In the next section a table of all the costs of some of the possible operations in elliptic curves is given. In some applications of elliptic curve cryptography and the elliptic curve method of factorization (ECM) it is necessary to consider the scalar multiplication [n]P. So, one way to do this is to compute successively:

$P,\quad [2]P=P+P,\quad [3]P=[2]P+P, \dots , [n]P=[n-1]P+P$

But, it is faster to use double-and-add method, e.g. [5]P = [2]([2]P) + P. In general to compute [k]P,write

$k=\sum_{i\le l}k_i2^i$

with ki in {0,1} and $l=[log_2 k]$, kl = 1, then:

$[2](....([2]([2]([2]([2]([2]P+[k_{(l-1)}]P)+[k_{(l-2)}]P)+[k_{(l-3)}]P)+ \dots ) \dots +[k_1]P)+[k_0]P= [2^l]P+[k_{(l-1)}2^{l-1}]P+ \dots +[k_12]P+[k_0]P$.

Note that, this simple algorithm takes at most 2l steps and each step consists of a doubling and (if ki ≠ 0) adding two points. So, this is one of the reasons why addition and doubling formulas are defined. Furthermore, this method is applicable to any group and if the group law is written multiplicatively, the double-and-add algorithm is instead called square-and-multiply algorithm.

For more information about other possible operations on elliptic curves see http://hyperelliptic.org/EFD/g1p/index.html.

To see what adding (ADD) and doubling (DBL) points on elliptic curves mean, see The group law.

These are the operations considered in the table below:

DBL - Doubling
ADD - Addition
mADD - Mixed addition: addition of an input that has been scaled to have Z-coordinate 1.
mDBL - Mixed doubling: doubling of an input that has been scaled to have Z coordinate 1.
TPL - Tripling.

## Tabulation

Under different assumptions on the multiplication, addition, inversion for the elements in some fixed field, the time-cost of these operations varies.

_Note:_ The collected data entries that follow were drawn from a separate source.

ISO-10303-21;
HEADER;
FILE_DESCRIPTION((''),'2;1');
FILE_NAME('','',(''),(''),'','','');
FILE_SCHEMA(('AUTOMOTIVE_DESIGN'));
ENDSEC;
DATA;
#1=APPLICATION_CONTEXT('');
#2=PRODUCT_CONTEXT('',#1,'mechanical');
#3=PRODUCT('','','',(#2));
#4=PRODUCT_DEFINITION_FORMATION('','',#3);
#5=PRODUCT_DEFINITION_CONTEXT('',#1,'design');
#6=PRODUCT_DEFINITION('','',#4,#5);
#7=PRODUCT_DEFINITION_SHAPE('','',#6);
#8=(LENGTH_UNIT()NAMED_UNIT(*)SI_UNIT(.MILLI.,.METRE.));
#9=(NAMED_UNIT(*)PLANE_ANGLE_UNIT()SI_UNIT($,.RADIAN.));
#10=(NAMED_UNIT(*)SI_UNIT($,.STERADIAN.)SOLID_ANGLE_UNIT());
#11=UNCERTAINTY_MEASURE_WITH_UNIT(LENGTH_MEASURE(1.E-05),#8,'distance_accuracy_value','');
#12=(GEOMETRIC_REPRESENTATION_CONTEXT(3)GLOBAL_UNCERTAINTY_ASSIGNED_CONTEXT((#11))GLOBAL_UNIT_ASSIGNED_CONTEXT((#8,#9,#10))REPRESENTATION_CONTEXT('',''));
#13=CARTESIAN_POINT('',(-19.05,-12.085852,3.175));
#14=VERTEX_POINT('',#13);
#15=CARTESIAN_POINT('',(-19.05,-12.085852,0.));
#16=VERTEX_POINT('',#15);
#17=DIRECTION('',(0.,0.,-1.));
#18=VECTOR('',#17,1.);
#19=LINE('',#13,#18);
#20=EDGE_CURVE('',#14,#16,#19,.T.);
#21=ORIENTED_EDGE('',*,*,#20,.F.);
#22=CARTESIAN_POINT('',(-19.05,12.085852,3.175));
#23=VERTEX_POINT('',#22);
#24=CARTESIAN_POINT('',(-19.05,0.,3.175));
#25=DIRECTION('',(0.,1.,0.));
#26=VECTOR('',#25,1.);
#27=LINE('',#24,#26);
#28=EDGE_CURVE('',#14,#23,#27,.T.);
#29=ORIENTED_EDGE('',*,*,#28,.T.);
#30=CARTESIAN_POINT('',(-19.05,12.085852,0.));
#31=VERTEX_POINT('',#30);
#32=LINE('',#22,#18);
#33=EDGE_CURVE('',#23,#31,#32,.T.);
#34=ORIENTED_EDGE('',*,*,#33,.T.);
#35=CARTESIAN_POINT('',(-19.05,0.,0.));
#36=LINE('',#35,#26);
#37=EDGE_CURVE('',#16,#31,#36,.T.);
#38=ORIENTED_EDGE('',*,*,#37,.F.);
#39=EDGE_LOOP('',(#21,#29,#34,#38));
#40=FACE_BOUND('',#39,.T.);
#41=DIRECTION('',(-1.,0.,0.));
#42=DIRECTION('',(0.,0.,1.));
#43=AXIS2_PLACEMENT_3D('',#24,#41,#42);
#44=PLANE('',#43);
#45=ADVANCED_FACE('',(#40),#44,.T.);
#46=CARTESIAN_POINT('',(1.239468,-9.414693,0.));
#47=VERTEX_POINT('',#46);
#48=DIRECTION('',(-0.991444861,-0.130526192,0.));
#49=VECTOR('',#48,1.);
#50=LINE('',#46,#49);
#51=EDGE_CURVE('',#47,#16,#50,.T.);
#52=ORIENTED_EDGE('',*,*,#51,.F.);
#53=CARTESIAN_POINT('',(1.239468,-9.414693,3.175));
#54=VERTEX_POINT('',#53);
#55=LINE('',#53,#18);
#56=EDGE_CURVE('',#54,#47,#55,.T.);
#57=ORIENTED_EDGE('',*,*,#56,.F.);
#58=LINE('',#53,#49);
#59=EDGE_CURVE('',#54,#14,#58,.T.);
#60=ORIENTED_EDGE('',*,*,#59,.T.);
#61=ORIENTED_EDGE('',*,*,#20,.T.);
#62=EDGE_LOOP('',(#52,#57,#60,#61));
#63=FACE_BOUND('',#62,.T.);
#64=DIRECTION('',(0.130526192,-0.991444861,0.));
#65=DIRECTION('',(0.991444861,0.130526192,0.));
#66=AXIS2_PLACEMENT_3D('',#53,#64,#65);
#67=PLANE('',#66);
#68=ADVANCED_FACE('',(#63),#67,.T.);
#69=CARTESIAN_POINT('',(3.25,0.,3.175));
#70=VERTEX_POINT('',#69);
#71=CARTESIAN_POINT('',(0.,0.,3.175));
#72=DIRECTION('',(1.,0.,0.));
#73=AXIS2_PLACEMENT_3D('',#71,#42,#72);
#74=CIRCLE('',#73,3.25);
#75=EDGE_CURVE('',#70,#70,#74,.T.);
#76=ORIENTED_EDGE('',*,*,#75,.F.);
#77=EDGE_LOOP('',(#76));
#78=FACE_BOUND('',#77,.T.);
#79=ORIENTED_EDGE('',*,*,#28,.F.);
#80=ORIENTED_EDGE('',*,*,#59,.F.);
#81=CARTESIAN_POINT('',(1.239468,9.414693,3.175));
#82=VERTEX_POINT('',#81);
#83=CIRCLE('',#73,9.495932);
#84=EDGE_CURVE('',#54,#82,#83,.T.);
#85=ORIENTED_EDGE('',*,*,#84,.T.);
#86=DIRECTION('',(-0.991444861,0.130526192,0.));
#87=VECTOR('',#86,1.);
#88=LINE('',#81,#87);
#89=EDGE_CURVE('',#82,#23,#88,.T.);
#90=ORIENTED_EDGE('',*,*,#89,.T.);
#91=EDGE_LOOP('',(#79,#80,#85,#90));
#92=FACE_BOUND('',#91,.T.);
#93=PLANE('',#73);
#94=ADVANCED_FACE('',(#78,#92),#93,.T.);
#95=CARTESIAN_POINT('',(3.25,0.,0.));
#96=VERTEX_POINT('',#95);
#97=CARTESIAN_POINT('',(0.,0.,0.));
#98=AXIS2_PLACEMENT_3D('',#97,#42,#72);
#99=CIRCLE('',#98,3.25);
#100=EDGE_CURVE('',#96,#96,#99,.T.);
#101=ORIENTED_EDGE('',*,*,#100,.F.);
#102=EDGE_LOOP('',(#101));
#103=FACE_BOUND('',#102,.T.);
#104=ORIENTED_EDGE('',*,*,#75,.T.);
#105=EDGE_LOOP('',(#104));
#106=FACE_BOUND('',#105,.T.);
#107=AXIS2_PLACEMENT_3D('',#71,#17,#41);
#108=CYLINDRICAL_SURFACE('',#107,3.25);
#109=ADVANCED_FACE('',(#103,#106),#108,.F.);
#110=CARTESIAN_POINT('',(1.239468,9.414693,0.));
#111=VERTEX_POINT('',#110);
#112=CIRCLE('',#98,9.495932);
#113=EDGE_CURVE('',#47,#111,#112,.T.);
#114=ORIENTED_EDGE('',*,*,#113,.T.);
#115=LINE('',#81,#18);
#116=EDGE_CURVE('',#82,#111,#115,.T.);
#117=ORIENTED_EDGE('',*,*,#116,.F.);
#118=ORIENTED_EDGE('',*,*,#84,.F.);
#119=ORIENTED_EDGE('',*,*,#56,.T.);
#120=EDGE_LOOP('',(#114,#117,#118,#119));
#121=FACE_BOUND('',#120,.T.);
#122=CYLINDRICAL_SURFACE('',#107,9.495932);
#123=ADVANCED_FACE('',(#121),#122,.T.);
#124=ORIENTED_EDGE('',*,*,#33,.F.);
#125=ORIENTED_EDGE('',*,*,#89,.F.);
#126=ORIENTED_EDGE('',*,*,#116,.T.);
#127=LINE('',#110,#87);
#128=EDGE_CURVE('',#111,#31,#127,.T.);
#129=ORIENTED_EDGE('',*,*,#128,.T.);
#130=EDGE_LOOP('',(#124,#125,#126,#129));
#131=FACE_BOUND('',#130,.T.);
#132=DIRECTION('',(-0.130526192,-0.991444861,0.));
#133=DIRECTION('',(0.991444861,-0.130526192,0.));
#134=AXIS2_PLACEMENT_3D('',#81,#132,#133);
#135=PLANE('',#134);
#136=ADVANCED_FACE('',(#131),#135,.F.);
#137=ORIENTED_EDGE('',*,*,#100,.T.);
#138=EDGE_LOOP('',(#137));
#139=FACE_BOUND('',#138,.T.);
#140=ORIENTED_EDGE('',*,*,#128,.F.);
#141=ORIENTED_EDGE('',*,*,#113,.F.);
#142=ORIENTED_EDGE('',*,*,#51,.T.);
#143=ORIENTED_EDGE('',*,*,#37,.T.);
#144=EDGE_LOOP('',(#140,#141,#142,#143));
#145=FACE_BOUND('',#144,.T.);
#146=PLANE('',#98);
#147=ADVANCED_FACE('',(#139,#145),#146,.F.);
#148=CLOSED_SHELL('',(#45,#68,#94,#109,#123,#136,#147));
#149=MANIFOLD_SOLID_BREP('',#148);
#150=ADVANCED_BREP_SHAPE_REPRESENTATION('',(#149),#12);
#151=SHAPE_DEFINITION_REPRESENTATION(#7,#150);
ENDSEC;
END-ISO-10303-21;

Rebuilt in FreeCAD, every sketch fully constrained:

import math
import FreeCAD as App
import Part
import Sketcher

V = App.Vector
Q = App.Units.Quantity

doc = App.newDocument("Part")
body = doc.addObject("PartDesign::Body", "Body")

# Sketch on XY plane
sketch1 = doc.addObject("Sketcher::SketchObject", "Sketch")
body.addObject(sketch1)
sketch1.AttachmentSupport = (doc.XY_Plane, [""])
sketch1.MapMode = "FlatFace"
sketch1.addGeometry([
    Part.LineSegment(V(-19.1, -12.1, 0), V(1.2, -9.4, 0)),  # 0
    Part.ArcOfCircle(Part.Circle(V(0, 0, 0), V(0, 0, 1), 9.5), math.radians(-83), math.radians(83)),  # 1
    Part.LineSegment(V(1.2, 9.4, 0), V(-19.1, 12.1, 0)),  # 2
    Part.LineSegment(V(-19.1, 12.1, 0), V(-19.1, -12.1, 0)),  # 3
    Part.Circle(V(0, 0, 0), V(0, 0, 1), 3.2),  # 4
], False)
sketch1.addConstraint([
    Sketcher.Constraint("Tangent", 0, 2, 1, 1),
    Sketcher.Constraint("Tangent", 1, 2, 2, 1),
    Sketcher.Constraint("Coincident", 2, 2, 3, 1),
    Sketcher.Constraint("Coincident", 3, 2, 0, 1),
    Sketcher.Constraint("Vertical", 3),
    Sketcher.Constraint("Coincident", 1, 3, -1, 1),
    Sketcher.Constraint("Coincident", 4, 3, -1, 1),
    Sketcher.Constraint("Vertical", 0, 2, 1, 2),
    Sketcher.Constraint("Diameter", 4, 6.5),
    Sketcher.Constraint("Angle", 0, Q("7.5 deg")),
    Sketcher.Constraint("DistanceX", 2, 2, -1, 1, 19.05),
    Sketcher.Constraint("Radius", 1, 9.495932),
])
pad1 = doc.addObject("PartDesign::Pad", "Pad")
body.addObject(pad1)
pad1.Profile = sketch1
pad1.Length = 3.175

doc.recompute()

In this table it is assumed that:

I = 100M, S = 1M, *param = 0M, add = 0M, *const = 0M

This means that 100 multiplications (M) are required to invert (I) an element; 1 multiplication is required to compute the square (S) of an element; no multiplication is needed to multiply an element by a parameter (*param), by a constant (*const), nor to add two elements.

For more information about other results obtained with different assumptions, see http://hyperelliptic.org/EFD/g1p/index.html

Curve shape, representation DBL ADD mADD mDBL TPL
Short Weierstrass projective 11 14 11 8
Short Weierstrass projective with a4=-1 11 14 11 8
Short Weierstrass projective with a4=-3 10 14 11 8
Tripling-oriented Doche–Icart–Kohel curve 9 17 11 6 12
Hessian curve extended 9 12 11 9
Hessian curve projective 8 12 10 6 14
Jacobi quartic XYZ 8 13 11 5
Jacobi quartic doubling-oriented XYZ 8 13 11 5
Twisted Hessian curve projective 8 12 12 8 14
Doubling-oriented Doche–Icart–Kohel curve 7 17 12 6
Jacobi intersection projective 7 14 12 6 14
Jacobi intersection extended 7 12 11 7 16
Twisted Edwards projective 7 11 10 6
Twisted Edwards Inverted 7 10 9 6
Twisted Edwards Extended 8 9 8 7
Edwards projective 7 11 9 6 13
Jacobi quartic doubling-oriented XXYZZ 7 11 9 6 14
Jacobi quartic XXYZZ 7 11 9 6 14
Jacobi quartic XXYZZR 7 10 9 7 15
Edwards curve inverted 7 10 9 6
Montgomery curve 4 3